Collected data
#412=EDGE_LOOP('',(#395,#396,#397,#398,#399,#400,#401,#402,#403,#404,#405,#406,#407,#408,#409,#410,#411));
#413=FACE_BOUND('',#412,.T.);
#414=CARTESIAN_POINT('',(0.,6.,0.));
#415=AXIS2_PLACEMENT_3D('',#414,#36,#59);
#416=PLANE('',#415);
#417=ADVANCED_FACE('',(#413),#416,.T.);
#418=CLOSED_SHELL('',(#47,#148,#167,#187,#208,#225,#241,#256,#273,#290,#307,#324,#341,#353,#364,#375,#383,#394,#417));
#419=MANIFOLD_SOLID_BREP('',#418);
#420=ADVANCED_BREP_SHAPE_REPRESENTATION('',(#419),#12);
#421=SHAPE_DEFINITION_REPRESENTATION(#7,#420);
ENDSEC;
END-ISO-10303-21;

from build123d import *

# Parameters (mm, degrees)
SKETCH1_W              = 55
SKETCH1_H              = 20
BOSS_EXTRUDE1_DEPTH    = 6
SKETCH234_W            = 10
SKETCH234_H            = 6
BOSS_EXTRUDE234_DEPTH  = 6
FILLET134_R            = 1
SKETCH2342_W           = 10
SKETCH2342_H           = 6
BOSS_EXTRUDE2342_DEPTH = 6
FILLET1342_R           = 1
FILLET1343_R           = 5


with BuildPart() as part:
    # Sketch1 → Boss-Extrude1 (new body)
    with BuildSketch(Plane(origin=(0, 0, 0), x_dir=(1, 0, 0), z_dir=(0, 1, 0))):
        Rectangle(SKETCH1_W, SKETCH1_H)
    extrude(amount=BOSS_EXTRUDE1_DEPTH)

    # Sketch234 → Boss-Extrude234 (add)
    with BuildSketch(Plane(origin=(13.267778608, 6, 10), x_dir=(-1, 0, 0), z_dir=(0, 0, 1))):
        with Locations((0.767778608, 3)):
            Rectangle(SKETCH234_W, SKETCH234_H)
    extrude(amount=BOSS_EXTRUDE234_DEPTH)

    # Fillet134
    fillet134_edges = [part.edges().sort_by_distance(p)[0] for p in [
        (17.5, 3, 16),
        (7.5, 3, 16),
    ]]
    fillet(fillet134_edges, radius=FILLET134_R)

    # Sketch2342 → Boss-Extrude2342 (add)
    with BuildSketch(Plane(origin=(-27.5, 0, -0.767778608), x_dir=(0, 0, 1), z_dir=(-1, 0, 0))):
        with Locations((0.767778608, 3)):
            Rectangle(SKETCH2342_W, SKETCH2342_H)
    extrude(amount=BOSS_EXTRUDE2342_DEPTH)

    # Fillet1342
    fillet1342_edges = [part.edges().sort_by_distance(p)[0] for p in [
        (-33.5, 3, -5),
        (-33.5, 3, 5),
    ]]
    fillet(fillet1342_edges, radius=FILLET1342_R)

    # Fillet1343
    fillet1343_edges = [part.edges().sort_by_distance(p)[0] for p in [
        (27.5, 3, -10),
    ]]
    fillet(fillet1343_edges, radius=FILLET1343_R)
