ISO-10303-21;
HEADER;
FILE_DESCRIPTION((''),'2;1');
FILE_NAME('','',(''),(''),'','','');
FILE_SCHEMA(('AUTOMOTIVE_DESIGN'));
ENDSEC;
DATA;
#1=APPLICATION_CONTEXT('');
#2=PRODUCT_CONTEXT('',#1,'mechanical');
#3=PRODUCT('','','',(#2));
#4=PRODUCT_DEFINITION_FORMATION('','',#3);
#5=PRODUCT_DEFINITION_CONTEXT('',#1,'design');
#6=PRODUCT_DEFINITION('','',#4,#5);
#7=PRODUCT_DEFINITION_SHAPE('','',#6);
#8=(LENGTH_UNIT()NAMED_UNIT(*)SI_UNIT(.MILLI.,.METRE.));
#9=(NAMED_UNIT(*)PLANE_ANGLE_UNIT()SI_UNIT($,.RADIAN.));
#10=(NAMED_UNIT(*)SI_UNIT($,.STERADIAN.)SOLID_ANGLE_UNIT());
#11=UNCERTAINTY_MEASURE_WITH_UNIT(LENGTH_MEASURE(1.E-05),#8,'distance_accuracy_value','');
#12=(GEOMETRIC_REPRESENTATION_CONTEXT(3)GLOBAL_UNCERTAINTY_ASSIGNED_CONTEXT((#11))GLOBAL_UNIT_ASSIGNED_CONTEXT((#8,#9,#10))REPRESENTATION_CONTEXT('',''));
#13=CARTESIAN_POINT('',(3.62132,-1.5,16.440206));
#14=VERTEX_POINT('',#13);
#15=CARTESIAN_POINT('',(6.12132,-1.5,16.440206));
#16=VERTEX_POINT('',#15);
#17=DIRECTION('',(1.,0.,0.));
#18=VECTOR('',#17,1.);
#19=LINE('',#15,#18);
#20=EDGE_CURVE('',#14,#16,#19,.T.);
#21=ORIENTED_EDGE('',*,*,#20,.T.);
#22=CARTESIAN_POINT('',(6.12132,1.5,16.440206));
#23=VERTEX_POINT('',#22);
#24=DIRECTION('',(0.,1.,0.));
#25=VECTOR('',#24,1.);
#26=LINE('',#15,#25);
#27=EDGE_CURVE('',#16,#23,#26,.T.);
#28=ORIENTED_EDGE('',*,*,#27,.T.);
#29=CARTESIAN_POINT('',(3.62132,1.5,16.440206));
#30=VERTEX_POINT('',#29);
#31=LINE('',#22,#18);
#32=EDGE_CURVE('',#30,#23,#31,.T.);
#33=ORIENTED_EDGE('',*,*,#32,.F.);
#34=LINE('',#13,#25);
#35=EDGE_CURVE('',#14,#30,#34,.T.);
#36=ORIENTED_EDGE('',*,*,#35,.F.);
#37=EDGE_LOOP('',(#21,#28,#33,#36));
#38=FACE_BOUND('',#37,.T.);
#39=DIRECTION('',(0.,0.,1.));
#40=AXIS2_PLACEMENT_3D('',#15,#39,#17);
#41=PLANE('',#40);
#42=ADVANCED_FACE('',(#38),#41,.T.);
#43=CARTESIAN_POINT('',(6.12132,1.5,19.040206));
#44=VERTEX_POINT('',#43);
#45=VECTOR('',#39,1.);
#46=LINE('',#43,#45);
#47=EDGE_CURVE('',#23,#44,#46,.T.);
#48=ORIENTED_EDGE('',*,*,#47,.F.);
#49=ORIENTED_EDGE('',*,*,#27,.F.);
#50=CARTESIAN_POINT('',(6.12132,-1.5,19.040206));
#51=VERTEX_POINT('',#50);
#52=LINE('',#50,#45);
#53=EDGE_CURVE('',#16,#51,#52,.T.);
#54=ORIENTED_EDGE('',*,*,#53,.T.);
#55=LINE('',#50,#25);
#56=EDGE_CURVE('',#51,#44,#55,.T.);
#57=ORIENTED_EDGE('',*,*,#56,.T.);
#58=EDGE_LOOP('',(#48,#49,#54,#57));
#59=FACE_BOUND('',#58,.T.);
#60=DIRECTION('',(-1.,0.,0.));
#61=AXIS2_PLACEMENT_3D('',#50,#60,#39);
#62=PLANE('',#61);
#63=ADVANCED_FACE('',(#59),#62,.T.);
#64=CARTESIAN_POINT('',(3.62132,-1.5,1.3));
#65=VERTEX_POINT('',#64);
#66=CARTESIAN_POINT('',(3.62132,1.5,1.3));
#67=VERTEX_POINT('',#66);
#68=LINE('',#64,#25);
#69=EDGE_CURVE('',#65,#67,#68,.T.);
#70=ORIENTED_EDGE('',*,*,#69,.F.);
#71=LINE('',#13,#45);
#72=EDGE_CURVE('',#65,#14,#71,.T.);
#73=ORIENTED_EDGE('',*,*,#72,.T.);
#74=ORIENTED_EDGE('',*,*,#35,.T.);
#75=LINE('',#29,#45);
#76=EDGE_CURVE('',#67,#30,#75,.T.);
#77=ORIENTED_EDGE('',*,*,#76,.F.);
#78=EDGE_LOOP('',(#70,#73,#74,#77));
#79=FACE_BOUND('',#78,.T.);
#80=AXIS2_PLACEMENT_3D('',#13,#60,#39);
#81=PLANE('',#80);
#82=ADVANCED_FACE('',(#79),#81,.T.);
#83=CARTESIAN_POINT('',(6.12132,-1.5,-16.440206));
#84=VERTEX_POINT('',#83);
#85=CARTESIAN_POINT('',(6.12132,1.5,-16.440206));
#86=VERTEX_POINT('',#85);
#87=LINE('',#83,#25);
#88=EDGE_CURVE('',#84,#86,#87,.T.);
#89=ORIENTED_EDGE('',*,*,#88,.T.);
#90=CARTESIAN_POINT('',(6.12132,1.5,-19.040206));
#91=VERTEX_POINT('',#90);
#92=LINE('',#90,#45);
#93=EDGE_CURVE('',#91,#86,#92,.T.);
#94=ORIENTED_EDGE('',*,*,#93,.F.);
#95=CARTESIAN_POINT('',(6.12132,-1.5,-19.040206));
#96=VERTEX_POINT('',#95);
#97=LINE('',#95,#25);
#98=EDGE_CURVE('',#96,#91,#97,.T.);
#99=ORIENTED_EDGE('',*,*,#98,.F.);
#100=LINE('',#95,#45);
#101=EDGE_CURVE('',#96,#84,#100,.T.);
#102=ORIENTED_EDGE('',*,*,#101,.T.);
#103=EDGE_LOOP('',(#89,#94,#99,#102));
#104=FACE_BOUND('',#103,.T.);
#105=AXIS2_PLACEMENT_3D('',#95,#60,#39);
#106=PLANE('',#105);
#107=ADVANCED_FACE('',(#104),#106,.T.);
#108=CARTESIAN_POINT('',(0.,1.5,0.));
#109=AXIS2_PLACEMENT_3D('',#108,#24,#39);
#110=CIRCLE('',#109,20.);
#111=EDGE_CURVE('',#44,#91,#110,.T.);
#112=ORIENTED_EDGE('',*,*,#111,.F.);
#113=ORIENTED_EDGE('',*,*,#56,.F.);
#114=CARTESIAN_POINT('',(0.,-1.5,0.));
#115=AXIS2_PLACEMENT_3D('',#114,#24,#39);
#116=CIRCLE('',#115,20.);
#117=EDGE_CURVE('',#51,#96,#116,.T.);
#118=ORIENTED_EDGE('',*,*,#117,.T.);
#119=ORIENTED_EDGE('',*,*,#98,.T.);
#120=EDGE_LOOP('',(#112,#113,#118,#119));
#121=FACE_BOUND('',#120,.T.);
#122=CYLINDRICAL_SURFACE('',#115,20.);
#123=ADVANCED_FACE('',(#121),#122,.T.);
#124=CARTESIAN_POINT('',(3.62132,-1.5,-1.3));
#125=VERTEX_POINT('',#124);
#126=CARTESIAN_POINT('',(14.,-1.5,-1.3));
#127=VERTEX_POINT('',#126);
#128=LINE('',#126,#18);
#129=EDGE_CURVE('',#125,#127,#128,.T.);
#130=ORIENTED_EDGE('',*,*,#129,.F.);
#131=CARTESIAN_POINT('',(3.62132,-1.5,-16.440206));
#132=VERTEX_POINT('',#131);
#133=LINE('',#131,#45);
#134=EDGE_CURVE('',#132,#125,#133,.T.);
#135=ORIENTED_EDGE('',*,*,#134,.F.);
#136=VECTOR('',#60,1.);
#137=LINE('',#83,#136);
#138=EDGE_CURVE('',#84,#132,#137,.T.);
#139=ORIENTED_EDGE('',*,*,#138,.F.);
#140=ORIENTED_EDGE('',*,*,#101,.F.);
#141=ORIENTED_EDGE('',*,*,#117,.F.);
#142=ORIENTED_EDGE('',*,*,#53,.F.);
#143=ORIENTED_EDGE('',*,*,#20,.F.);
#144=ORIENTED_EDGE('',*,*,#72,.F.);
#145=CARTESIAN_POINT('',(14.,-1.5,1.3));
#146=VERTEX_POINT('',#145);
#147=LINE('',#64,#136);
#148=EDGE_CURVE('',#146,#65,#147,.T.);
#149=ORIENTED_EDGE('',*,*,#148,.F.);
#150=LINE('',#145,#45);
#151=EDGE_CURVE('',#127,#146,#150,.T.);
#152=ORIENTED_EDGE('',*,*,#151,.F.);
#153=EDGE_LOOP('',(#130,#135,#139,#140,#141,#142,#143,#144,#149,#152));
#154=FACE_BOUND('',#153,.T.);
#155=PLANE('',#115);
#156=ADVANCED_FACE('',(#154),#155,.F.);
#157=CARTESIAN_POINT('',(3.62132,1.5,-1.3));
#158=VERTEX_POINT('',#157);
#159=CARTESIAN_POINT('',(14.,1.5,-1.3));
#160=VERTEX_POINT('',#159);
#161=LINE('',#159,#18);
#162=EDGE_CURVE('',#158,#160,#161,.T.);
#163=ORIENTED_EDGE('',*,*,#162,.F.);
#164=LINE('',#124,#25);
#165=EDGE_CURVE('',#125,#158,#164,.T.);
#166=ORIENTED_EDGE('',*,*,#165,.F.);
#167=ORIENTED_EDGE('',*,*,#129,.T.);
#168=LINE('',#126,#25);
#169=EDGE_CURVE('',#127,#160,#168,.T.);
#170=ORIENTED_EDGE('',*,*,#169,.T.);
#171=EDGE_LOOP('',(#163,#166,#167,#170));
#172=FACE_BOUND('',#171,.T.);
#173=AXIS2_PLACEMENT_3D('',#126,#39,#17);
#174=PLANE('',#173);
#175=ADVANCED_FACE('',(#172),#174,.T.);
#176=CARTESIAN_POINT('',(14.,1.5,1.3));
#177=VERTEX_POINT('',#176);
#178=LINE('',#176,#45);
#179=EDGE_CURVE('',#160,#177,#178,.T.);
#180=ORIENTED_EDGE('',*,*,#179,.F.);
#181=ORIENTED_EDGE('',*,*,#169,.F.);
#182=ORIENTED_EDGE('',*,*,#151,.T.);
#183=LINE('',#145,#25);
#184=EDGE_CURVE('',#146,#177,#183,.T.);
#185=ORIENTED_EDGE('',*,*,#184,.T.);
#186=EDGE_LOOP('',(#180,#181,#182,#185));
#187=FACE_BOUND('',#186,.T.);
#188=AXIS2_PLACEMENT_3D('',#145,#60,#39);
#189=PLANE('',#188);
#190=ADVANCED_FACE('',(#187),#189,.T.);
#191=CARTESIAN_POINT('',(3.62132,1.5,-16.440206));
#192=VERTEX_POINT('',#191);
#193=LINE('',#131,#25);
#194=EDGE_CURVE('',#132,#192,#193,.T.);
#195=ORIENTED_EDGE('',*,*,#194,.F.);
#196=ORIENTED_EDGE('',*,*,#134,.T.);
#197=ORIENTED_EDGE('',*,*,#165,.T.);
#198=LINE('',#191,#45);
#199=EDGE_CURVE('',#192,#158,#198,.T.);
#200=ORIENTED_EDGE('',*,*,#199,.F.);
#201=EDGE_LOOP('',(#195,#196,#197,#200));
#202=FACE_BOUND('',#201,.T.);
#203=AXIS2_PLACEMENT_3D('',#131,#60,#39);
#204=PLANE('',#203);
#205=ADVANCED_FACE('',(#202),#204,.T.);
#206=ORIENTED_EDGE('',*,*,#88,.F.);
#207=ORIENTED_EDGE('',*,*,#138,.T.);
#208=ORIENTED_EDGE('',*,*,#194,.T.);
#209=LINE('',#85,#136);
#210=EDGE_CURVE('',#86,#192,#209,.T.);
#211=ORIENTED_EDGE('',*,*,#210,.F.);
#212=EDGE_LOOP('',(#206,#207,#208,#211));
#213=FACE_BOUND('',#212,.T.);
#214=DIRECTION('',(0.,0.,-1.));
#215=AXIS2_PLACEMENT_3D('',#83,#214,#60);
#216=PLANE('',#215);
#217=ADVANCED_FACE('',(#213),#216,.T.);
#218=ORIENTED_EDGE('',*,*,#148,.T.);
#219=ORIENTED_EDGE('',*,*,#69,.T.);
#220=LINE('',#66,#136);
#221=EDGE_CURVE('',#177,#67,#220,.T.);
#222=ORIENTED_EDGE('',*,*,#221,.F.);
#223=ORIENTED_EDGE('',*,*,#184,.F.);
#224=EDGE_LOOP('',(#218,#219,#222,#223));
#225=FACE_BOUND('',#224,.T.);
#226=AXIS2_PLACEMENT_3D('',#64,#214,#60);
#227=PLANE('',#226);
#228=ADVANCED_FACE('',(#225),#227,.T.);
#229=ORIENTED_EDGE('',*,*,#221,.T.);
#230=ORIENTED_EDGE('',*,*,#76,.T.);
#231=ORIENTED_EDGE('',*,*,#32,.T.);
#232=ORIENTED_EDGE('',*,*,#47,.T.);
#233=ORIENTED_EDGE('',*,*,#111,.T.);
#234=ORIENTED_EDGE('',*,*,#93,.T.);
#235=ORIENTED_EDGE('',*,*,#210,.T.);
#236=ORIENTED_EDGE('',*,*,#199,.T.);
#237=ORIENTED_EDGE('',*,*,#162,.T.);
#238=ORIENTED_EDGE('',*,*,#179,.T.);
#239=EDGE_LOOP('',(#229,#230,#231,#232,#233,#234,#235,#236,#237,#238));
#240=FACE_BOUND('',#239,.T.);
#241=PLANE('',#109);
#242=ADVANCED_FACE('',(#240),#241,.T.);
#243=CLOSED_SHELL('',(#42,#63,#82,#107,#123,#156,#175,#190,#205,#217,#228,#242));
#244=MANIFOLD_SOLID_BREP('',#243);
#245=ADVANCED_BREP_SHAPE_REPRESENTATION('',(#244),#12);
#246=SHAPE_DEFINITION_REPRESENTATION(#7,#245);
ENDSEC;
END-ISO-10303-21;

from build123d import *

# Parameters (mm, degrees)
BOSS_EXTRUDE1_DEPTH      = 1.5
BOSS_EXTRUDE1_DEPTH_BACK = 1.5


with BuildPart() as part:
    # Sketch1 → Boss-Extrude1 (new, two sides: drawn at the far end of the back side and taken through both)
    with BuildSketch(Plane(origin=(0, 0, 0), x_dir=(1, 0, 0), z_dir=(0, 1, 0)).offset(-BOSS_EXTRUDE1_DEPTH_BACK)):
        with BuildLine():
            Line((3.621320344, -1.3), (14, -1.3))
            Line((14, -1.3), (14, 1.3))
            Line((14, 1.3), (3.621320344, 1.3))
            Line((3.621320344, 1.3), (3.621320344, 16.440205809))
            Line((3.621320344, 16.440205809), (6.121320344, 16.440205809))
            Line((6.121320344, 16.440205809), (6.121320344, 19.040205809))
            ThreePointArc((6.121320344, 19.040205809), (20, 0), (6.121320344, -19.040205809))
            Line((6.121320344, -19.040205809), (6.121320344, -16.440205809))
            Line((6.121320344, -16.440205809), (3.621320344, -16.440205809))
            Line((3.621320344, -16.440205809), (3.621320344, -1.3))
        make_face()
    extrude(amount=BOSS_EXTRUDE1_DEPTH + BOSS_EXTRUDE1_DEPTH_BACK)


solid = part.part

■ **Activity**
Out of the data above, give again only the lines starting at the one holding "#114=CARTESIAN_POINT('',(0.,-1.5,0.));" and ending at the one holding "#174=PLANE('',#173);", unchanged.

■ **Answer section**
#114=CARTESIAN_POINT('',(0.,-1.5,0.));
#115=AXIS2_PLACEMENT_3D('',#114,#24,#39);
#116=CIRCLE('',#115,20.);
#117=EDGE_CURVE('',#51,#96,#116,.T.);
#118=ORIENTED_EDGE('',*,*,#117,.T.);
#119=ORIENTED_EDGE('',*,*,#98,.T.);
#120=EDGE_LOOP('',(#112,#113,#118,#119));
#121=FACE_BOUND('',#120,.T.);
#122=CYLINDRICAL_SURFACE('',#115,20.);
#123=ADVANCED_FACE('',(#121),#122,.T.);
#124=CARTESIAN_POINT('',(3.62132,-1.5,-1.3));
#125=VERTEX_POINT('',#124);
#126=CARTESIAN_POINT('',(14.,-1.5,-1.3));
#127=VERTEX_POINT('',#126);
#128=LINE('',#126,#18);
#129=EDGE_CURVE('',#125,#127,#128,.T.);
#130=ORIENTED_EDGE('',*,*,#129,.F.);
#131=CARTESIAN_POINT('',(3.62132,-1.5,-16.440206));
#132=VERTEX_POINT('',#131);
#133=LINE('',#131,#45);
#134=EDGE_CURVE('',#132,#125,#133,.T.);
#135=ORIENTED_EDGE('',*,*,#134,.F.);
#136=VECTOR('',#60,1.);
#137=LINE('',#83,#136);
#138=EDGE_CURVE('',#84,#132,#137,.T.);
#139=ORIENTED_EDGE('',*,*,#138,.F.);
#140=ORIENTED_EDGE('',*,*,#101,.F.);
#141=ORIENTED_EDGE('',*,*,#117,.F.);
#142=ORIENTED_EDGE('',*,*,#53,.F.);
#143=ORIENTED_EDGE('',*,*,#20,.F.);
#144=ORIENTED_EDGE('',*,*,#72,.F.);
#145=CARTESIAN_POINT('',(14.,-1.5,1.3));
#146=VERTEX_POINT('',#145);
#147=LINE('',#64,#136);
#148=EDGE_CURVE('',#146,#65,#147,.T.);
#149=ORIENTED_EDGE('',*,*,#148,.F.);
#150=LINE('',#145,#45);
#151=EDGE_CURVE('',#127,#146,#150,.T.);
#152=ORIENTED_EDGE('',*,*,#151,.F.);
#153=EDGE_LOOP('',(#130,#135,#139,#140,#141,#142,#143,#144,#149,#152));
#154=FACE_BOUND('',#153,.T.);
#155=PLANE('',#115);
#156=ADVANCED_FACE('',(#154),#155,.F.);
#157=CARTESIAN_POINT('',(3.62132,1.5,-1.3));
#158=VERTEX_POINT('',#157);
#159=CARTESIAN_POINT('',(14.,1.5,-1.3));
#160=VERTEX_POINT('',#159);
#161=LINE('',#159,#18);
#162=EDGE_CURVE('',#158,#160,#161,.T.);
#163=ORIENTED_EDGE('',*,*,#162,.F.);
#164=LINE('',#124,#25);
#165=EDGE_CURVE('',#125,#158,#164,.T.);
#166=ORIENTED_EDGE('',*,*,#165,.F.);
#167=ORIENTED_EDGE('',*,*,#129,.T.);
#168=LINE('',#126,#25);
#169=EDGE_CURVE('',#127,#160,#168,.T.);
#170=ORIENTED_EDGE('',*,*,#169,.T.);
#171=EDGE_LOOP('',(#163,#166,#167,#170));
#172=FACE_BOUND('',#171,.T.);
#173=AXIS2_PLACEMENT_3D('',#126,#39,#17);
#174=PLANE('',#173);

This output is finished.